31 de outubro de 2018

UGAY


UGAY foi o nome da minha primeira igreja. Sim, a primeira igreja que eu fundei, quero dizer criei,  tinha esse nome. Era uma sigla "Igreja União, Glória, Amor, Young". Deixe-me me explicar, você já leu o conto de fadas dinamarquês, cujo título é "A roupa nova do rei", de Hans Christian Andersen? Pois bem, quando eu estava na quinta série do ensino fundamental tinha 11 anos, a professora de língua portuguesa dividiu a turma em seis grupos e cada um escolheu um conto para ler. Evidentemente o meu grupo escolheu o conto acima. A proposta era envolver todos os alunos da escola em um festival de teatro - acredito que essa foi minha primeira experiência com o teatro.

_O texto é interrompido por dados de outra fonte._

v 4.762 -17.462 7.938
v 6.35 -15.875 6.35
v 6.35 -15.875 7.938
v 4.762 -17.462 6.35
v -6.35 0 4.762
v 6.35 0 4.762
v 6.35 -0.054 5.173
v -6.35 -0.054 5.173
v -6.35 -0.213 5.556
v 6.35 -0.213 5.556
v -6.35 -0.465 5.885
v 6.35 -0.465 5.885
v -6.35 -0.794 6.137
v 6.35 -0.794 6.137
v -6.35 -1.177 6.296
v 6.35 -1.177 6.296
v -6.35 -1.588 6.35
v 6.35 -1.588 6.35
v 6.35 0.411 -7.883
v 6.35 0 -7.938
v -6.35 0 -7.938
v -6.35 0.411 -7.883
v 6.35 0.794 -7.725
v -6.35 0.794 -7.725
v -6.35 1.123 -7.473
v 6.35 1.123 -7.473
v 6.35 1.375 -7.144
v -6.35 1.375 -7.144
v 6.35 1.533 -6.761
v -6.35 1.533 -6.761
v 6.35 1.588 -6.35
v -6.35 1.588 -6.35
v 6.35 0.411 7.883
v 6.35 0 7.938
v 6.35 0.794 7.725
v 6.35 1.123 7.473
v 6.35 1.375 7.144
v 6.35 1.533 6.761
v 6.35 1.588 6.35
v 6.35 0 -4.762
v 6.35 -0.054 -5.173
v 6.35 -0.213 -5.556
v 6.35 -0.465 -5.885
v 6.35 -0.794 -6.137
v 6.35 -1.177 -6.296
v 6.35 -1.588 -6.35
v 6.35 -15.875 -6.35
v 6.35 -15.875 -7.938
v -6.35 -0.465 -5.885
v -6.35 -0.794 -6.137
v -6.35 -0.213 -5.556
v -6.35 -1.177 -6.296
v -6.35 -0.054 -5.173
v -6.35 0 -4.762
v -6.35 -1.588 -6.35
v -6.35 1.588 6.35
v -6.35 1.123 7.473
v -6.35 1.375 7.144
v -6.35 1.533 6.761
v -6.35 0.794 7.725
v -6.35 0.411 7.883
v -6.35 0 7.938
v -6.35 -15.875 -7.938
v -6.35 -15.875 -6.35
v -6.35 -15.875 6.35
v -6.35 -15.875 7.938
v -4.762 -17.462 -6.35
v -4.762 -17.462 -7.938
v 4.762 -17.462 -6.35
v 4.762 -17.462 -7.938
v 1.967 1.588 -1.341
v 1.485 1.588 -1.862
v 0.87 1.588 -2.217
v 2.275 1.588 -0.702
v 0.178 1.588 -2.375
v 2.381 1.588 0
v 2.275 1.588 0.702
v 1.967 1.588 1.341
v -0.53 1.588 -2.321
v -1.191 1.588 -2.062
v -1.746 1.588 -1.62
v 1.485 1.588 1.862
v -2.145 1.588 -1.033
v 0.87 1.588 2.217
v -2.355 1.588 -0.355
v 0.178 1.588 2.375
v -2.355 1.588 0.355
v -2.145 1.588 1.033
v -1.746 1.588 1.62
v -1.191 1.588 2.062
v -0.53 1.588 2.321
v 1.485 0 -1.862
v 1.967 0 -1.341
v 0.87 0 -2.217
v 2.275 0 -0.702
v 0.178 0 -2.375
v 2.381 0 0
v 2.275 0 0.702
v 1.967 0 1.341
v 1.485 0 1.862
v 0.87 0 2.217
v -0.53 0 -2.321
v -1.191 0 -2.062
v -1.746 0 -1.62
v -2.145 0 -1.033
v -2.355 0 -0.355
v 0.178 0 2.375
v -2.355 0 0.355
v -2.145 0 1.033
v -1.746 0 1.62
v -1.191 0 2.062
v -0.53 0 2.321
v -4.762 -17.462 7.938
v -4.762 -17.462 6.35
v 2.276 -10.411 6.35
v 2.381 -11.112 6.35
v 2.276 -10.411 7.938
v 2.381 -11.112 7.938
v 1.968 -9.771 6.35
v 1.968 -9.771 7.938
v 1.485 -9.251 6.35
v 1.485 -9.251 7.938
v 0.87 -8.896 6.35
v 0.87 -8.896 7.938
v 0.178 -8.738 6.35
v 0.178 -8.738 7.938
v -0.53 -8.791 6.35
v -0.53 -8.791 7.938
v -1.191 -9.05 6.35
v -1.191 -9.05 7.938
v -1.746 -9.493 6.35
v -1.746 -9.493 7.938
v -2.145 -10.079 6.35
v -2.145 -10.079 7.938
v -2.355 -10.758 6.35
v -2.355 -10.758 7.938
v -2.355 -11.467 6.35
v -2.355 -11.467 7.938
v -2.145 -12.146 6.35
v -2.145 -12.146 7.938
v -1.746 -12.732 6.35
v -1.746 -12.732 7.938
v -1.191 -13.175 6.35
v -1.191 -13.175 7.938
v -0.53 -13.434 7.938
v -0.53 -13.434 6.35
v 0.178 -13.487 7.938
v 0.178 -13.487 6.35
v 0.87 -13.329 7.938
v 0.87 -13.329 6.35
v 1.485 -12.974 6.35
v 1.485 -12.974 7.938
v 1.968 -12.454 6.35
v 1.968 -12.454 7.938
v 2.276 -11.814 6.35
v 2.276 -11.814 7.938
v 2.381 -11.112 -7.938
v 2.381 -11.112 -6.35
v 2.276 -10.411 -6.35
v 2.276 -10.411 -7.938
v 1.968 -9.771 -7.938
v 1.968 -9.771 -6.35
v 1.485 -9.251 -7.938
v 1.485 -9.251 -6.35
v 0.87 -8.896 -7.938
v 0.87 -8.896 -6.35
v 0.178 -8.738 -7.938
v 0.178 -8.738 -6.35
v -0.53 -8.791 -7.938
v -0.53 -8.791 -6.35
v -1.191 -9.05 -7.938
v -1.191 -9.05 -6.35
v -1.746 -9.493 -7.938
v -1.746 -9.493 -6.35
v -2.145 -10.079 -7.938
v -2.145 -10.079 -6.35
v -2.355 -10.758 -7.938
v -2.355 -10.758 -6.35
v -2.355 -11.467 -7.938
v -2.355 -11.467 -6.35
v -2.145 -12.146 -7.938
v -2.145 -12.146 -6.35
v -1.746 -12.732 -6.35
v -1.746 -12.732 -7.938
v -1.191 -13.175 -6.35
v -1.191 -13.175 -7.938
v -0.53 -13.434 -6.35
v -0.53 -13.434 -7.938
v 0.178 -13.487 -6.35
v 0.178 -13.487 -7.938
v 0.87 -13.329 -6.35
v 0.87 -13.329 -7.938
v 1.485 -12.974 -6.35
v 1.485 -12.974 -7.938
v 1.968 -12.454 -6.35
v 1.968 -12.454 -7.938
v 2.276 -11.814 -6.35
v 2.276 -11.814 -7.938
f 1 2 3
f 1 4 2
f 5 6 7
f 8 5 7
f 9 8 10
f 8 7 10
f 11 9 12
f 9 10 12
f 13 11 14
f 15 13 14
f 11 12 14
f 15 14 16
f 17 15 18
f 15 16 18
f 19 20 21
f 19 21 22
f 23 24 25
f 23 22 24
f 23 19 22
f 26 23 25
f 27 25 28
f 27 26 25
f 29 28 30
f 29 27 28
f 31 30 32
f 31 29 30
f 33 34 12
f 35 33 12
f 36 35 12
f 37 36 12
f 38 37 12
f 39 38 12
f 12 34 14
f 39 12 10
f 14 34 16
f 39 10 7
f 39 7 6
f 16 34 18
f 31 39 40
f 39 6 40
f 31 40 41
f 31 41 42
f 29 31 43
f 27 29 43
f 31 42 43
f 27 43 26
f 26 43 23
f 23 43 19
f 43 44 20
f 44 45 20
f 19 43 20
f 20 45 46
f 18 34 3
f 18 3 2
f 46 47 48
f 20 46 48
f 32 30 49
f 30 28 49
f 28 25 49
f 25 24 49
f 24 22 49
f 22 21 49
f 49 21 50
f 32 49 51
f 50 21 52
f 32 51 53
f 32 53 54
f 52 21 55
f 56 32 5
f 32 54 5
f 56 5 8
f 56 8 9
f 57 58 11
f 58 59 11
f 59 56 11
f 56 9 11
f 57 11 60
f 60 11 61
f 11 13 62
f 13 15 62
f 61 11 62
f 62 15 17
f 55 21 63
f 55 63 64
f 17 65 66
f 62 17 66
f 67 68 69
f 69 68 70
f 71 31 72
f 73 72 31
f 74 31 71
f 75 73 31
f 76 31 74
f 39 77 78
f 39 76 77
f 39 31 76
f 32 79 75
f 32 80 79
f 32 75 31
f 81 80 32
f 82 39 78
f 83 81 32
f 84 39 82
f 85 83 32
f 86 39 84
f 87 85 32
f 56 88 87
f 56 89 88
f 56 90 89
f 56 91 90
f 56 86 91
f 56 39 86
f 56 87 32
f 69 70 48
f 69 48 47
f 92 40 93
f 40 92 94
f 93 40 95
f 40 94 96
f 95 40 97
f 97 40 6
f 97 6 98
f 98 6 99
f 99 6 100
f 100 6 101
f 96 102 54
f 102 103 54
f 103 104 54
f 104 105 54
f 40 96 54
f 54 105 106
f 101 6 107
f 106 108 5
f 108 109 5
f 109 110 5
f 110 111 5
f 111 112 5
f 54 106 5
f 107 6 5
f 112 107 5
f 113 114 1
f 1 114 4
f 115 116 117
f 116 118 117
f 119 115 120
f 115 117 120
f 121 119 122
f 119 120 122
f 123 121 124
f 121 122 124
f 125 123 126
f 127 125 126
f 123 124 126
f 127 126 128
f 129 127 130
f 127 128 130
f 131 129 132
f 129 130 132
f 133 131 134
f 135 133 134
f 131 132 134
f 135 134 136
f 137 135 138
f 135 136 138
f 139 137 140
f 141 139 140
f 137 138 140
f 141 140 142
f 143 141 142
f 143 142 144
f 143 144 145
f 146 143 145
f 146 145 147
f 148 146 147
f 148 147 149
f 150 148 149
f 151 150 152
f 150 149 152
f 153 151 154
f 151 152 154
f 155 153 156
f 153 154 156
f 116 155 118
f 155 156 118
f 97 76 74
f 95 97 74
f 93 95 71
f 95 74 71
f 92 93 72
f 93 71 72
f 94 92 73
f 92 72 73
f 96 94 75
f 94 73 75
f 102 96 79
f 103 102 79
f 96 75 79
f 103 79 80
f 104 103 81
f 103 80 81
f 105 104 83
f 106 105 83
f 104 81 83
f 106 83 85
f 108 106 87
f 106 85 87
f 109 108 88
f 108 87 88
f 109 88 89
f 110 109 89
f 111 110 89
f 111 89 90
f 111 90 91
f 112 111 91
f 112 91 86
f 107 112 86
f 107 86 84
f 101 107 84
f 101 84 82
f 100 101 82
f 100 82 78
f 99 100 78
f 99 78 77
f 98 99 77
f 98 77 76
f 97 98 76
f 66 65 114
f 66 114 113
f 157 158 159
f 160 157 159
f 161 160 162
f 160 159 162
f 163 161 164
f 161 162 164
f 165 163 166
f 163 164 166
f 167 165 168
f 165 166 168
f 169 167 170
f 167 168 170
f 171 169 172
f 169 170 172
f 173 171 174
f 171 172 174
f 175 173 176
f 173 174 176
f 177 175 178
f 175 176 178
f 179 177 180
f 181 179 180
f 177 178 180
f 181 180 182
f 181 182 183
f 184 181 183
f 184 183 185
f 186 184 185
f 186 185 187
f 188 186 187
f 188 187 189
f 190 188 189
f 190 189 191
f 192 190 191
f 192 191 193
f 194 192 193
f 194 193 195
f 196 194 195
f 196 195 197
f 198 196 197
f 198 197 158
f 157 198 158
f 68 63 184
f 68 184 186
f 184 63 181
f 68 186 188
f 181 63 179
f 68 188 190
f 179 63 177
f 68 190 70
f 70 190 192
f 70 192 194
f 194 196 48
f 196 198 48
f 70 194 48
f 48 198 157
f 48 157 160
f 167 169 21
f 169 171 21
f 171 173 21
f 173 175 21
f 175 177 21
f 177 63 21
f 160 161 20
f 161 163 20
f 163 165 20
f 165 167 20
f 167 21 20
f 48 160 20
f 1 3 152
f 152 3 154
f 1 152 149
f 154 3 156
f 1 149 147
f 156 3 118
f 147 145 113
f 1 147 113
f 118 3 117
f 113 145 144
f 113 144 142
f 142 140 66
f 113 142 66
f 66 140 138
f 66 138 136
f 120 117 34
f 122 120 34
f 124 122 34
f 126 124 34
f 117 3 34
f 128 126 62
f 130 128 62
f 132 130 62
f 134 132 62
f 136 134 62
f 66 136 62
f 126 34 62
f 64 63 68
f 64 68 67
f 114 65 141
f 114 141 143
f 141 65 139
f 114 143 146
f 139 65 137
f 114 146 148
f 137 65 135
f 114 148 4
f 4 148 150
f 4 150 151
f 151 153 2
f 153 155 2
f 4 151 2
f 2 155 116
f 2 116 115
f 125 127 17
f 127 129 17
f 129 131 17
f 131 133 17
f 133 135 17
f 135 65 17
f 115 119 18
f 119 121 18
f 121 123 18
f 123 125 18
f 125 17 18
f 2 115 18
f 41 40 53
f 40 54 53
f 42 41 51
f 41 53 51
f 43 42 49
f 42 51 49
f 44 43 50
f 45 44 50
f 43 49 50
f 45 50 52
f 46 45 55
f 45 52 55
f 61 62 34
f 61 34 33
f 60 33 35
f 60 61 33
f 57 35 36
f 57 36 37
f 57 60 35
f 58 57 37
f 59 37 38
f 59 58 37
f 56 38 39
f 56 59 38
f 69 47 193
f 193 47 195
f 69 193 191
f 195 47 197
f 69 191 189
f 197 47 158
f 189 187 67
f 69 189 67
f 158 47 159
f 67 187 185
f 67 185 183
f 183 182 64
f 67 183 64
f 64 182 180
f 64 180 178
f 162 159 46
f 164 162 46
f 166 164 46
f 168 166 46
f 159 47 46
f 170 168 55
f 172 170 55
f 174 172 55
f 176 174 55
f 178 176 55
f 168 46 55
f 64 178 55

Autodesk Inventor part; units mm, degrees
ref_plane "YZ Plane" through (0, 0, 0) normal (1, 0, 0) x (0, 1, 0)
ref_plane "XZ Plane" through (0, 0, 0) normal (0, 1, 0) x (-1, 0, 0)
ref_plane "XY Plane" through (0, 0, 0) normal (0, 0, 1) x (1, 0, 0)
sketch "Sketch1" plane through (0, 0, 0) normal (0, 1, 0) x (-1, 0, 0)
  line L0 (-6.35, -6.35) -> (6.35, -6.35)
  line L1 (6.35, -6.35) -> (6.35, 6.35)
  line L2 (6.35, 6.35) -> (-6.35, 6.35)
  line L3 (-6.35, 6.35) -> (-6.35, -6.35)
  line L4 (-6.35, -6.35) -> (6.35, 6.35) construction
  line L5 (6.35, -6.35) -> (-6.35, 6.35) construction
  point P0 (0, 0)
  dimension "d0" = 12.7
  dimension "d1" = 12.7
extrude "Extrusion1" add sketch "Sketch1" along normal blind 1.5875
sketch "Sketch2" plane through (0, 1.5875, 0) normal (0, 1, 0) x (1, 0, 0)
  circle A0 centre (0, 0) radius 2.3812
  dimension "d4" = 4.7625
extrude "Extrusion2" cut sketch "Sketch2" against normal blind 1.5875
sketch "Sketch3" plane through (0, 1.5875, 0) normal (0, 1, 0) x (1, 0, 0)
  line L0 (-6.35, -6.35) -> (6.35, -6.35) projected
  line L1 (-6.35, -6.35) -> (6.35, -6.35)
  line L2 (6.35, -6.35) -> (6.35, -7.9375)
  line L3 (6.35, -7.9375) -> (-6.35, -7.9375)
  line L4 (-6.35, -7.9375) -> (-6.35, -6.35)
  line L5 (6.35, -6.35) -> (6.35, 6.35) projected
  line L6 (6.35, 6.35) -> (-6.35, 6.35)
  line L7 (-6.35, 6.35) -> (-6.35, 7.9375)
  line L8 (-6.35, 7.9375) -> (6.35, 7.9375)
  line L9 (6.35, 7.9375) -> (6.35, 6.35)
  point P0 (0, 0)
  dimension "d7" = 12.7
  dimension "d8" = 1.5875
  dimension "d9" = 12.7
  dimension "d10" = 1.5875
extrude "Extrusion3" add sketch "Sketch3" against normal blind 19.05
sketch "Sketch4" plane through (-6.35, 1.5875, 7.9375) normal (0, 0, 1) x (1, 0, 0)
  circle A0 centre (6.35, -12.7) radius 2.3813
  line L0 (12.7, 0) -> (12.7, -19.05) projected
  line L1 (12.7, -19.05) -> (0, -19.05) projected
  point P0 (6.35, -1.5875)
  dimension "d13" = 4.7625
  dimension "d14" = 6.35
  dimension "d15" = 6.35
extrude "Extrusion4" cut sketch "Sketch4" against normal blind 19.05
fillet "Fillet1" radius 1.5875 4 edges at (0, 1.5875, 7.9375) (0, 0, 6.35) (0, 0, -6.35) (0, 1.5875, -7.9375)
chamfer "Chamfer1" distance 1.5875 angle 45 4 edges at (6.35, -17.4625, 7.1437) (6.35, -17.4625, -7.1437) (-6.35, -17.4625, -7.1437) (-6.35, -17.4625, 7.1437)
properties part number "pnuematic bracket" material "Aluminum 6061"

Todas as turmas da escola, do quinto ao oitavo ano, foram divididos em grupos, todos eles leram diferentes contos e tinham a missão de fazer uma releitura, ou seja, contar a mesma história ou moral, por outra perspectiva. Todas as séries eram divididas em A, B, C, D e E, logo, 5 (turmas) x 6 (grupos em cada) x 4 (séries) =  120 grupos participaram do festival de teatro. Escolheram o melhor grupo de cada turma, depois o melhor grupo de cada série e depois o melhor grupo da escola.
Não me lembro exatamente as outras histórias, apenas a história que escrevi, pois não atuei. "A roupa nova do rei" resumidamente conta a história de um rei que se considerava muito esperto, mas foi enganado por um viajante que lhe vendera uma suposta roupa invisível; todos viam o rei nu, ele mesmo se via dessa maneira, porém, não assumia a ninguém, pois dessa maneira teria que admitir que fora enganado. 
Na minha releitura, a história não se passava num reino, mas numa igreja. Lembro-me que tive a preocupação de não ferir ninguém - quero dizer, achei importante dar à igreja um nome que não existia porque não queria que as pessoas que frequentavam um igreja se ofendesse com a história. Olhando agora, eu era uma criança bem sensível, me orgulho por pensar no outro, além do que UGAY trouxe um humor a mais à peça. Substitui o rei pela figura do pastor e o que todos viam, inclusive ele, mas tinha vergonha de admitir, é que ele era gay. A fachada de sua igreja era cor de rosa, ele usava roupas bem extravagantes quando pregava e todas as vezes que ele ia se arrumar sua filha dizia "não me faz passar vergonha" e começava a tocar a música "Perigosa", das Frenéticas.
A peça que eu escrevi ganhou o festival de teatro. Ela jamais teria vencido sem a brilhante atuação dos meus colegas: o pastor, a filha do pastor, a irmãzinha bem crente que desconfiava dele, a igreja que dava glória e aleluia e a pessoa que ajudou o pastor a ser quem era de verdade. Lembro-me que meu professor de história estudava teatro e disse que queria comprar minha peça, mas minha tia disse que eu seria uma grande escritora e não era para vender, no fim eu não sou uma grande escritora, perdi o texto da peça e fiquei sem dinheiro. Mas tenho a memória. Meu professor de Educação Física, era jurado, votou contra a minha peça porque se sentiu ofendido, mas a escola inteira aplaudiu de pé, gritando UGAY, UGAY, UGAY e, hoje, quando vi a imagem dessa igreja, quis compartilhar essa história com vocês.